Yeh Rosa F, Rezk Naser L, Kashuba Angela D M, Dumond Julie B, Tappouni Hiba L, Tien Hsiao-Chuan, Chen Ya-Chi, Vourvahis Manoli, Horton Amanda L, Fiscus Susan A, Patterson Kristine B
School of Pharmacy, University of North Carolina at Chapel Hill, Chapel Hill, NC, USA.
Antimicrob Agents Chemother. 2009 Jun;53(6):2367-74. doi: 10.1128/AAC.01523-08. Epub 2009 Mar 23.
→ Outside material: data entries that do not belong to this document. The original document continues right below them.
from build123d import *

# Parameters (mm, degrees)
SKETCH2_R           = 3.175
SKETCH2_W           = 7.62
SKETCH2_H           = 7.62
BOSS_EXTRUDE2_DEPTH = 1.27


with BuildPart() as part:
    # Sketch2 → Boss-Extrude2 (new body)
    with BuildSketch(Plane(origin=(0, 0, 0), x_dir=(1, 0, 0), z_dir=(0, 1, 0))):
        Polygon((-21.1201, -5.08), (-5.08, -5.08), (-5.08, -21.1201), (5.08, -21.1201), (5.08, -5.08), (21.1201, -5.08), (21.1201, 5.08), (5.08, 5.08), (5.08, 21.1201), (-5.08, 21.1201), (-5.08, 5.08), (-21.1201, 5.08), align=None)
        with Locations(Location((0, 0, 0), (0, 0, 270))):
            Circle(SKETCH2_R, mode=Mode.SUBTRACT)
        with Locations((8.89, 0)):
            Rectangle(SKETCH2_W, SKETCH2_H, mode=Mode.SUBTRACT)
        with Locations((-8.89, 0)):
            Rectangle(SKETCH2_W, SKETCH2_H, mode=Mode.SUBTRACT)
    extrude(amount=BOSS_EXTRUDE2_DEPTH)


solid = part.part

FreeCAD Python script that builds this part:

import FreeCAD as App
import Part
import Sketcher
from FreeCAD import Vector
Q = App.Units.Quantity


def add_polygon(sketch, points):
    """Adds a closed chain of lines whose ends are joined by coincident constraints."""
    first, n = sketch.GeometryCount, len(points)
    for a, b in zip(points, points[1:] + points[:1]):
        sketch.addGeometry(Part.LineSegment(App.Vector(*a, 0), App.Vector(*b, 0)), False)
    for i in range(n):
        sketch.addConstraint(Sketcher.Constraint("Coincident", first + i, 2, first + (i + 1) % n, 1))

doc = App.newDocument("Part")
params = doc.addObject("Spreadsheet::Sheet", "Params")
for row, (alias, value) in enumerate([
    ("sketch1_diameter", "0.25 in"),
    ("sketch1_width", "0.4 in"),
    ("sketch1_width2", "0.3 in"),
    ("pad1_length", "0.05 in"),
], start=1):
    params.set(f"A{row}", alias)
    params.set(f"B{row}", "=" + value)
    params.setAlias(f"B{row}", alias)

body = doc.addObject("PartDesign::Body", "Body")

# Sketch on XZ plane
sketch1 = body.newObject("Sketcher::SketchObject", "Sketch")
sketch1.AttachmentSupport = (doc.getObject("XZ_Plane"), [""])
sketch1.MapMode = "FlatFace"
add_polygon(sketch1, [(-21.1201, 5.08), (-5.08, 5.08), (-5.08, 21.1201), (5.08, 21.1201), (5.08, 5.08), (21.1201, 5.08), (21.1201, -5.08), (5.08, -5.08), (5.08, -21.1201), (-5.08, -21.1201), (-5.08, -5.08), (-21.1201, -5.08)])  # lines 0-11
add_polygon(sketch1, [(-5.08, 3.81), (-12.7, 3.81), (-12.7, -3.81), (-5.08, -3.81)])  # lines 12-15
sketch1.addGeometry(Part.Circle(Vector(0, 0, 0), Vector(0, 0, 1), 3.175), False)  # 16
add_polygon(sketch1, [(12.7, 3.81), (5.08, 3.81), (5.08, -3.81), (12.7, -3.81)])  # lines 17-20
sketch1.addConstraint([
    Sketcher.Constraint("Horizontal", 0),
    Sketcher.Constraint("Vertical", 1),
    Sketcher.Constraint("Horizontal", 2),
    Sketcher.Constraint("Vertical", 3),
    Sketcher.Constraint("Horizontal", 4),
    Sketcher.Constraint("Vertical", 5),
    Sketcher.Constraint("Horizontal", 6),
    Sketcher.Constraint("Vertical", 7),
    Sketcher.Constraint("Horizontal", 8),
    Sketcher.Constraint("Vertical", 9),
    Sketcher.Constraint("Horizontal", 10),
    Sketcher.Constraint("Vertical", 11),
    Sketcher.Constraint("Horizontal", 12),
    Sketcher.Constraint("Vertical", 13),
    Sketcher.Constraint("Horizontal", 14),
    Sketcher.Constraint("Vertical", 15),
    Sketcher.Constraint("Horizontal", 17),
    Sketcher.Constraint("Vertical", 18),
    Sketcher.Constraint("Horizontal", 19),
    Sketcher.Constraint("Vertical", 20),
    Sketcher.Constraint("Coincident", 16, 3, -1, 1),
    Sketcher.Constraint("Symmetric", 0, 2, 6, 2, -1, 1),
    Sketcher.Constraint("Symmetric", 2, 2, 8, 2, -1, 1),
    Sketcher.Constraint("Symmetric", 4, 2, 10, 2, -1, 1),
    Sketcher.Constraint("Symmetric", 14, 2, 17, 2, -1, 1),
    Sketcher.Constraint("Symmetric", 12, 2, 19, 2, -1, 1),
    Sketcher.Constraint("Symmetric", 0, 2, 3, 2, -2),
    Sketcher.Constraint("Horizontal", 15, 2, 17, 2),
    Sketcher.Constraint("Vertical", 9, 2, 14, 2),
    Sketcher.Constraint("Equal", 10, 1),
    Sketcher.Constraint("Equal", 8, 5),
    Sketcher.Constraint("Equal", 19, 13),
    Sketcher.Constraint("Diameter", 16, Q("0.25 in")),
    Sketcher.Constraint("DistanceX", 2, 1, 2, 2, Q("0.4 in")),
    Sketcher.Constraint("DistanceX", 12, 2, 12, 1, Q("0.3 in")),
    Sketcher.Constraint("DistanceX", 0, 1, 0, 2, Q("0.6315 in")),
])
sketch1.setExpression("Constraints[52]", "Params.sketch1_diameter")
sketch1.setExpression("Constraints[53]", "Params.sketch1_width")
sketch1.setExpression("Constraints[54]", "Params.sketch1_width2")
pad1 = body.newObject("PartDesign::Pad", "Pad")
pad1.Profile = sketch1
pad1.setExpression("Length", "Params.pad1_length")
pad1.Reversed = True

doc.recompute()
The objective of the study was to measure antiretroviral exposures in four physiological compartments during pregnancy, delivery, and postpartum. This prospective, open-label, longitudinal study collected paired blood plasma (BP) and genital tract (GT) aspirates antepartum, at delivery, and up to 12 weeks postpartum. Antiretroviral cord BP and amniotic fluid concentrations were also measured. Drug concentrations were analyzed by validated high-performance liquid chromatography/UV and liquid chromatography/tandem mass spectrometry methods, with secondary compartment concentrations presented as the percentage of BP. Fourteen women taking lamivudine plus zidovudine and either lopinavir-ritonavir (n = 7), nelfinavir (n = 6), or nevirapine (n = 1) were enrolled; four also received tenofovir. GT penetration relative to BP was highest for the nucleoside reverse transcriptase inhibitors compared to the protease inhibitors and nevirapine. Only antepartum nelfinavir GT penetration was significantly higher than in the second trimester (geometric mean ratio [GMR], 179.3) or third trimester (GMR, 41.9). Compared to nonpregnant historical controls, antepartum GT penetration was significantly lower (P < 0.05) for zidovudine (GMR, 0.25) and lopinavir (GMR, 0.03); postpartum lopinavir GT penetration continued to be significantly lower (GMR, 0.27). Cord BP exposures were highest for lamivudine and tenofovir (> or = 100%), with cord BP levels of the remaining drugs ranging from 49 to 86% of that of the respective BP level. Amniotic exposures for lamivudine, zidovudine, tenofovir, and nelfinavir were > or = 100%, nevirapine exposure was 53%, and lopinavir and ritonavir exposures were < or = 6% that of BP. We conclude that GT, cord BP, and amniotic fluid exposures vary within and between antiretroviral drug classes and biologic sites. Measurement of antiretroviral exposure in maternal genital secretions, cord BP, and amniotic fluid may be needed to identify signals of subtherapeutic or supratherapeutic drug exposure.
该研究的目的是测量孕期、分娩期和产后四个生理腔室中的抗逆转录病毒药物暴露情况。这项前瞻性、开放标签的纵向研究收集了产前、分娩时及产后12周内配对的血浆(BP)和生殖道(GT)吸出物。同时还测量了抗逆转录病毒药物在脐带血血浆和羊水中的浓度。药物浓度通过经过验证的高效液相色谱/紫外法和液相色谱/串联质谱法进行分析,次要腔室的浓度以血浆浓度的百分比表示。纳入了14名服用拉米夫定加齐多夫定以及洛匹那韦-利托那韦(n = 7)、奈韦拉平(n = 6)或奈非那韦(n = 1)的女性;其中4名女性还接受了替诺福韦治疗。与蛋白酶抑制剂和奈韦拉平相比,核苷类逆转录酶抑制剂在生殖道中的穿透率相对于血浆最高。仅产前奈非那韦在生殖道中的穿透率显著高于孕中期(几何平均比值[GMR],179.3)或孕晚期(GMR,41.9)。与非孕历史对照相比,齐多夫定(GMR,0.25)和洛匹那韦(GMR,0.03)在产前生殖道中的穿透率显著较低(P < 0.05);产后洛匹那韦在生殖道中的穿透率仍然显著较低(GMR,0.27)。拉米夫定和替诺福韦的脐带血血浆暴露率最高(≥100%),其余药物的脐带血血浆水平为各自血浆水平的49%至86%。拉米夫定、齐多夫定、替诺福韦和奈非那韦的羊水暴露率≥100%,奈韦拉平的羊水暴露率为53%,洛匹那韦和利托那韦的羊水暴露率≤血浆暴露率的6%。我们得出结论,抗逆转录病毒药物在不同药物类别和生物部位之间以及内部,生殖道、脐带血血浆和羊水的暴露情况各不相同。可能需要测量母体生殖道分泌物、脐带血血浆和羊水中的抗逆转录病毒药物暴露情况,以识别治疗不足或治疗过度的药物暴露信号。